Stored data entries
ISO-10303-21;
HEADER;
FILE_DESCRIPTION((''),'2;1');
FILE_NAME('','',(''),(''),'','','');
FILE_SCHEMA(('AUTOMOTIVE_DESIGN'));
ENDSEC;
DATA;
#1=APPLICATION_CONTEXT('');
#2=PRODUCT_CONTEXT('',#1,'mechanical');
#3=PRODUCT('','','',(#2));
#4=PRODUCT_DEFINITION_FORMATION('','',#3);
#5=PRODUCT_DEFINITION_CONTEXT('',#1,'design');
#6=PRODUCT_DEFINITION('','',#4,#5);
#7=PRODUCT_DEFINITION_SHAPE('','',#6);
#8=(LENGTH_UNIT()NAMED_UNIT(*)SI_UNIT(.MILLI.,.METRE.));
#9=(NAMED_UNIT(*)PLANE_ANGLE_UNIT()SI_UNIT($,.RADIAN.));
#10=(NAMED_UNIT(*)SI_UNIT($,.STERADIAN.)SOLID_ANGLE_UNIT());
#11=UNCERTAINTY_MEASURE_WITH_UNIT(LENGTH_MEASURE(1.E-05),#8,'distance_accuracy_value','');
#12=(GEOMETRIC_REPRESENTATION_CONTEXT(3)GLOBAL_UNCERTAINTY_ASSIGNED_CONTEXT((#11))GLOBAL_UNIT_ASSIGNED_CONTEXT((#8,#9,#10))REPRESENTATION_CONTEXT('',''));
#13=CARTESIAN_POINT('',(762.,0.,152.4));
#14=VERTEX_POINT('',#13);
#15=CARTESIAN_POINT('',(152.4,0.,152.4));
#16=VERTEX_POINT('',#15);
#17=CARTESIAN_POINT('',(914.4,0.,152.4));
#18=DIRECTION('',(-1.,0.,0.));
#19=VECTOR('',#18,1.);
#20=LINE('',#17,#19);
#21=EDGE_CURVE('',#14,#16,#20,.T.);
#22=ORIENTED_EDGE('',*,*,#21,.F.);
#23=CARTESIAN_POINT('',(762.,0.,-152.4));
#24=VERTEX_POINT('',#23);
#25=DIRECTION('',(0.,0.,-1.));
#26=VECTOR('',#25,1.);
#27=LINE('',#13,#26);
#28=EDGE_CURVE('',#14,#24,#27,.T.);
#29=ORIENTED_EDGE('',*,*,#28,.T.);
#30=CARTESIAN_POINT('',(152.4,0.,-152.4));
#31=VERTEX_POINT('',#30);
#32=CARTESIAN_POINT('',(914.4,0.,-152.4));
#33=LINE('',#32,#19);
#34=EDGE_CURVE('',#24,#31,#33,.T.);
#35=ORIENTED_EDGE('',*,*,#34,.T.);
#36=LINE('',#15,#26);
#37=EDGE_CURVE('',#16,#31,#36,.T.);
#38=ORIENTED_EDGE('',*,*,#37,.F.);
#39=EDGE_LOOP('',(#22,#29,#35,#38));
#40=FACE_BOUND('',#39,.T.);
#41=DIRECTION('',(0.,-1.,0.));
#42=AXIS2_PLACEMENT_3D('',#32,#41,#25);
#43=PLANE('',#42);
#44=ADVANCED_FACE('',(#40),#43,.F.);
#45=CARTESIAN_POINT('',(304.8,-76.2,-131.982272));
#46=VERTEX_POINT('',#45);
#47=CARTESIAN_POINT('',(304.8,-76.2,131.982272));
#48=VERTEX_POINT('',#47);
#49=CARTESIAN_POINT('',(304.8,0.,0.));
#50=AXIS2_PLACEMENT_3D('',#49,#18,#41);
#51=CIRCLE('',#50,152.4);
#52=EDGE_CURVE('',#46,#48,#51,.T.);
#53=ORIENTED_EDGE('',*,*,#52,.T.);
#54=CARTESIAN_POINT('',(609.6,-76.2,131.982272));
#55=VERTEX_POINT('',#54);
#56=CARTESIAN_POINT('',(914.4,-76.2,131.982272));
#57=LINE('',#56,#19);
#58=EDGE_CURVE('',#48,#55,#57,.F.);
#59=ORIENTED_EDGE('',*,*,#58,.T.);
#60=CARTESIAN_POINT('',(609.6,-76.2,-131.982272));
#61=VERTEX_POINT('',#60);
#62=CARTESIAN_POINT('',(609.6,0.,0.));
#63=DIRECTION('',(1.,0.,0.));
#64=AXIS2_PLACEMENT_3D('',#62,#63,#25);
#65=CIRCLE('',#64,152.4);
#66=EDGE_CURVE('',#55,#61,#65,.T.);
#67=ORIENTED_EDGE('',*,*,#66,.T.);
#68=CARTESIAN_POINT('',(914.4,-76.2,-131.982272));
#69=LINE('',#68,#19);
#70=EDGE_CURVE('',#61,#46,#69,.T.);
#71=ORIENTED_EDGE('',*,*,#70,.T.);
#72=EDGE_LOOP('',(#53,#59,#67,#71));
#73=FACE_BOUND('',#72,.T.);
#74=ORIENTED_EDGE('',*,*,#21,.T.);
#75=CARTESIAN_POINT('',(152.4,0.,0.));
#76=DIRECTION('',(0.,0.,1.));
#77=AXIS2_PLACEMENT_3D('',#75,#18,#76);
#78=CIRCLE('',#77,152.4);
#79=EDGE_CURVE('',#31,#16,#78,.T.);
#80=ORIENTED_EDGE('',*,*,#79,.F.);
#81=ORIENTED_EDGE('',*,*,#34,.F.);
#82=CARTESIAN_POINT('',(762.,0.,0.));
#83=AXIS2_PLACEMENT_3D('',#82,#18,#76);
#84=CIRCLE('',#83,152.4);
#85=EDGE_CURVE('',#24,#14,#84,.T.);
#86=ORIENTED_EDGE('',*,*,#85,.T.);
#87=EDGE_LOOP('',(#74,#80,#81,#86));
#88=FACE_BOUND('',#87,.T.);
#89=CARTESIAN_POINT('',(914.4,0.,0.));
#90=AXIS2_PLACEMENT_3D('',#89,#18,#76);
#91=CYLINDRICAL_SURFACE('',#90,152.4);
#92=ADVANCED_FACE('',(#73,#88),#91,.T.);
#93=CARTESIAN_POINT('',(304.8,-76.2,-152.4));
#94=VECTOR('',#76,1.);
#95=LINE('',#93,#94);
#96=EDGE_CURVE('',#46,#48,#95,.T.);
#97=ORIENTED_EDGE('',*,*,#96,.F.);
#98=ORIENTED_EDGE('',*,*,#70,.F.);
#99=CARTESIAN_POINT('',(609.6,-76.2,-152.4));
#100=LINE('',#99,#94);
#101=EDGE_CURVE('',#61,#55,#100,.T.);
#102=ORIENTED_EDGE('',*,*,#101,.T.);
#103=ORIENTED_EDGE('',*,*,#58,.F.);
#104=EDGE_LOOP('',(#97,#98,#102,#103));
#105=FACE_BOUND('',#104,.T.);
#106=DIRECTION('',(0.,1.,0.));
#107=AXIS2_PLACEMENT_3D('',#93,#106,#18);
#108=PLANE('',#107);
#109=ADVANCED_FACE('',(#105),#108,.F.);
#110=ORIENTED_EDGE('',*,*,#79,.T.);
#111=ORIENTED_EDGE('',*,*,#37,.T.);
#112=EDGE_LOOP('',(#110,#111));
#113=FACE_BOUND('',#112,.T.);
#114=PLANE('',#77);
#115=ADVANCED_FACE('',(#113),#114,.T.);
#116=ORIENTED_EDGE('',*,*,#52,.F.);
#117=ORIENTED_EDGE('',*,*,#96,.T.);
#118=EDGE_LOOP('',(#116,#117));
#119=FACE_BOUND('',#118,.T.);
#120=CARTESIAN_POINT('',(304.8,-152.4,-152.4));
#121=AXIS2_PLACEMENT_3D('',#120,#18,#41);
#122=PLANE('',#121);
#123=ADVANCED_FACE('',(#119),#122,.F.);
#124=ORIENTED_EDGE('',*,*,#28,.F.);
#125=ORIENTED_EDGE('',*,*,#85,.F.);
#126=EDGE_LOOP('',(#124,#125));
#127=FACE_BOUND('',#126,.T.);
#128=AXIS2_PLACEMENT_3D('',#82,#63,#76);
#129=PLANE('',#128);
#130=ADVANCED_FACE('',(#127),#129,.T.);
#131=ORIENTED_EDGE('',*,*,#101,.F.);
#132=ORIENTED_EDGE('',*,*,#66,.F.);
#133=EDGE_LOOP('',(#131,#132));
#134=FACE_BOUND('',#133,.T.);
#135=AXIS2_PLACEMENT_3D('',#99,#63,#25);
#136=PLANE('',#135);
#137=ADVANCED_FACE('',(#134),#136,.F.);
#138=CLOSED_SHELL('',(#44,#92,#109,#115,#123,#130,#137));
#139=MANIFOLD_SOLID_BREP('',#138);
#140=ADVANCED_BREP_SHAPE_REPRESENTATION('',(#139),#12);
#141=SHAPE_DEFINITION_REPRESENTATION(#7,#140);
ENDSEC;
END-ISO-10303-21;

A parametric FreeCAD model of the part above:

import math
import FreeCAD as App
import Part
import Sketcher
Q = App.Units.Quantity


def add_polygon(sketch, points):
    """Adds a closed chain of lines whose ends are joined by coincident constraints."""
    first, n = sketch.GeometryCount, len(points)
    for a, b in zip(points, points[1:] + points[:1]):
        sketch.addGeometry(Part.LineSegment(App.Vector(*a, 0), App.Vector(*b, 0)), False)
    for i in range(n):
        sketch.addConstraint(Sketcher.Constraint("Coincident", first + i, 2, first + (i + 1) % n, 1))

doc = App.newDocument("Part")
params = doc.addObject("Spreadsheet::Sheet", "Params")
for row, (alias, value) in enumerate([
    ("sketch1_radius", "6 in"),
    ("pad1_length", "36 in"),
    ("sketch2_width", "12 in"),
    ("sketch2_height", "3 in"),
    ("sketch3_radius", "6 in"),
    ("pocket2_length", "6 in"),
], start=1):
    params.set(f"A{row}", alias)
    params.set(f"B{row}", "=" + value)
    params.setAlias(f"B{row}", alias)

body = doc.addObject("PartDesign::Body", "Body")

sketch1 = body.newObject("Sketcher::SketchObject", "Sketch")
sketch1.AttachmentSupport = (doc.getObject("YZ_Plane"), [""])
sketch1.MapMode = "FlatFace"
sketch1.addGeometry(Part.LineSegment(App.Vector(0, -152, 0), App.Vector(0, 152, 0)), False)
sketch1.addGeometry(Part.ArcOfCircle(Part.Circle(App.Vector(0, 0, 0), App.Vector(0, 0, 1), 152), math.radians(90), math.radians(270)), False)
sketch1.addConstraint(Sketcher.Constraint("Coincident", 0, 1, 1, 2))
sketch1.addConstraint(Sketcher.Constraint("Coincident", 1, 1, 0, 2))
sketch1.addConstraint(Sketcher.Constraint("Vertical", 0))
sketch1.addConstraint(Sketcher.Constraint("Coincident", 1, 3, -1, 1))
sketch1.addConstraint(Sketcher.Constraint("PointOnObject", 0, 1, -2))
sketch1.addConstraint(Sketcher.Constraint("Radius", 1, Q("6 in")))
sketch1.setExpression("Constraints[5]", "Params.sketch1_radius")
pad1 = body.newObject("PartDesign::Pad", "Pad")
pad1.Profile = sketch1
pad1.setExpression("Length", "Params.pad1_length")

sketch2 = body.newObject("Sketcher::SketchObject", "Sketch001")
sketch2.AttachmentSupport = (doc.getObject("XY_Plane"), [""])
sketch2.MapMode = "FlatFace"
add_polygon(sketch2, [(305, -76), (305, -152), (610, -152), (610, -76)])
sketch2.addConstraint(Sketcher.Constraint("Vertical", 0))
sketch2.addConstraint(Sketcher.Constraint("Horizontal", 1))
sketch2.addConstraint(Sketcher.Constraint("Vertical", 2))
sketch2.addConstraint(Sketcher.Constraint("Horizontal", 3))
sketch2.addConstraint(Sketcher.Constraint("DistanceX", 1, 1, 1, 2, Q("12 in")))
sketch2.addConstraint(Sketcher.Constraint("DistanceY", 0, 2, 0, 1, Q("3 in")))
sketch2.addConstraint(Sketcher.Constraint("DistanceX", -1, 1, 0, 2, Q("12 in")))
sketch2.addConstraint(Sketcher.Constraint("DistanceY", 0, 2, -1, 1, Q("6 in")))
sketch2.setExpression("Constraints[8]", "Params.sketch2_width")
sketch2.setExpression("Constraints[9]", "Params.sketch2_height")
pocket1 = body.newObject("PartDesign::Pocket", "Pocket")
pocket1.Profile = sketch2
pocket1.Type = "ThroughAll"
pocket1.Midplane = True

sketch3 = body.newObject("Sketcher::SketchObject", "Sketch002")
sketch3.AttachmentSupport = (doc.getObject("YZ_Plane"), [""])
sketch3.MapMode = "FlatFace"
sketch3.addGeometry(Part.LineSegment(App.Vector(0, 152, 0), App.Vector(0, -152, 0)), False)
sketch3.addGeometry(Part.ArcOfCircle(Part.Circle(App.Vector(0, 0, 0), App.Vector(0, 0, 1), 152), math.radians(90), math.radians(270)), False)
sketch3.addConstraint(Sketcher.Constraint("Coincident", 0, 1, 1, 1))
sketch3.addConstraint(Sketcher.Constraint("Coincident", 1, 2, 0, 2))
sketch3.addConstraint(Sketcher.Constraint("Vertical", 0))
sketch3.addConstraint(Sketcher.Constraint("Coincident", 1, 3, -1, 1))
sketch3.addConstraint(Sketcher.Constraint("PointOnObject", 0, 1, -2))
sketch3.addConstraint(Sketcher.Constraint("Radius", 1, Q("6 in")))
sketch3.setExpression("Constraints[5]", "Params.sketch3_radius")
pocket2 = body.newObject("PartDesign::Pocket", "Pocket001")
pocket2.Profile = sketch3
pocket2.setExpression("Length", "Params.pocket2_length")
pocket2.Reversed = True
doc.recompute()

datumplane = body.newObject("PartDesign::Plane", "DatumPlane")
datumplane.AttachmentSupport = (doc.getObject("YZ_Plane"), [""])
datumplane.MapMode = "FlatFace"
datumplane.AttachmentOffset = App.Placement(App.Vector(0, 0, 18 * 25.4), App.Rotation())
mirrored = body.newObject("PartDesign::Mirrored", "Mirrored")
mirrored.Originals = [pocket2]
mirrored.MirrorPlane = (datumplane, [""])
body.Tip = mirrored

doc.recompute()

WORK INSTRUCTION: In the data above, which lines lie between the line with "#22=ORIENTED_EDGE('',*,*,#21,.F.);" and the line with "#58=EDGE_CURVE('',#48,#55,#57,.F.);", inclusive? Print those lines exactly and nothing else.

SOLUTION TO THIS EXERCISE:
#22=ORIENTED_EDGE('',*,*,#21,.F.);
#23=CARTESIAN_POINT('',(762.,0.,-152.4));
#24=VERTEX_POINT('',#23);
#25=DIRECTION('',(0.,0.,-1.));
#26=VECTOR('',#25,1.);
#27=LINE('',#13,#26);
#28=EDGE_CURVE('',#14,#24,#27,.T.);
#29=ORIENTED_EDGE('',*,*,#28,.T.);
#30=CARTESIAN_POINT('',(152.4,0.,-152.4));
#31=VERTEX_POINT('',#30);
#32=CARTESIAN_POINT('',(914.4,0.,-152.4));
#33=LINE('',#32,#19);
#34=EDGE_CURVE('',#24,#31,#33,.T.);
#35=ORIENTED_EDGE('',*,*,#34,.T.);
#36=LINE('',#15,#26);
#37=EDGE_CURVE('',#16,#31,#36,.T.);
#38=ORIENTED_EDGE('',*,*,#37,.F.);
#39=EDGE_LOOP('',(#22,#29,#35,#38));
#40=FACE_BOUND('',#39,.T.);
#41=DIRECTION('',(0.,-1.,0.));
#42=AXIS2_PLACEMENT_3D('',#32,#41,#25);
#43=PLANE('',#42);
#44=ADVANCED_FACE('',(#40),#43,.F.);
#45=CARTESIAN_POINT('',(304.8,-76.2,-131.982272));
#46=VERTEX_POINT('',#45);
#47=CARTESIAN_POINT('',(304.8,-76.2,131.982272));
#48=VERTEX_POINT('',#47);
#49=CARTESIAN_POINT('',(304.8,0.,0.));
#50=AXIS2_PLACEMENT_3D('',#49,#18,#41);
#51=CIRCLE('',#50,152.4);
#52=EDGE_CURVE('',#46,#48,#51,.T.);
#53=ORIENTED_EDGE('',*,*,#52,.T.);
#54=CARTESIAN_POINT('',(609.6,-76.2,131.982272));
#55=VERTEX_POINT('',#54);
#56=CARTESIAN_POINT('',(914.4,-76.2,131.982272));
#57=LINE('',#56,#19);
#58=EDGE_CURVE('',#48,#55,#57,.F.);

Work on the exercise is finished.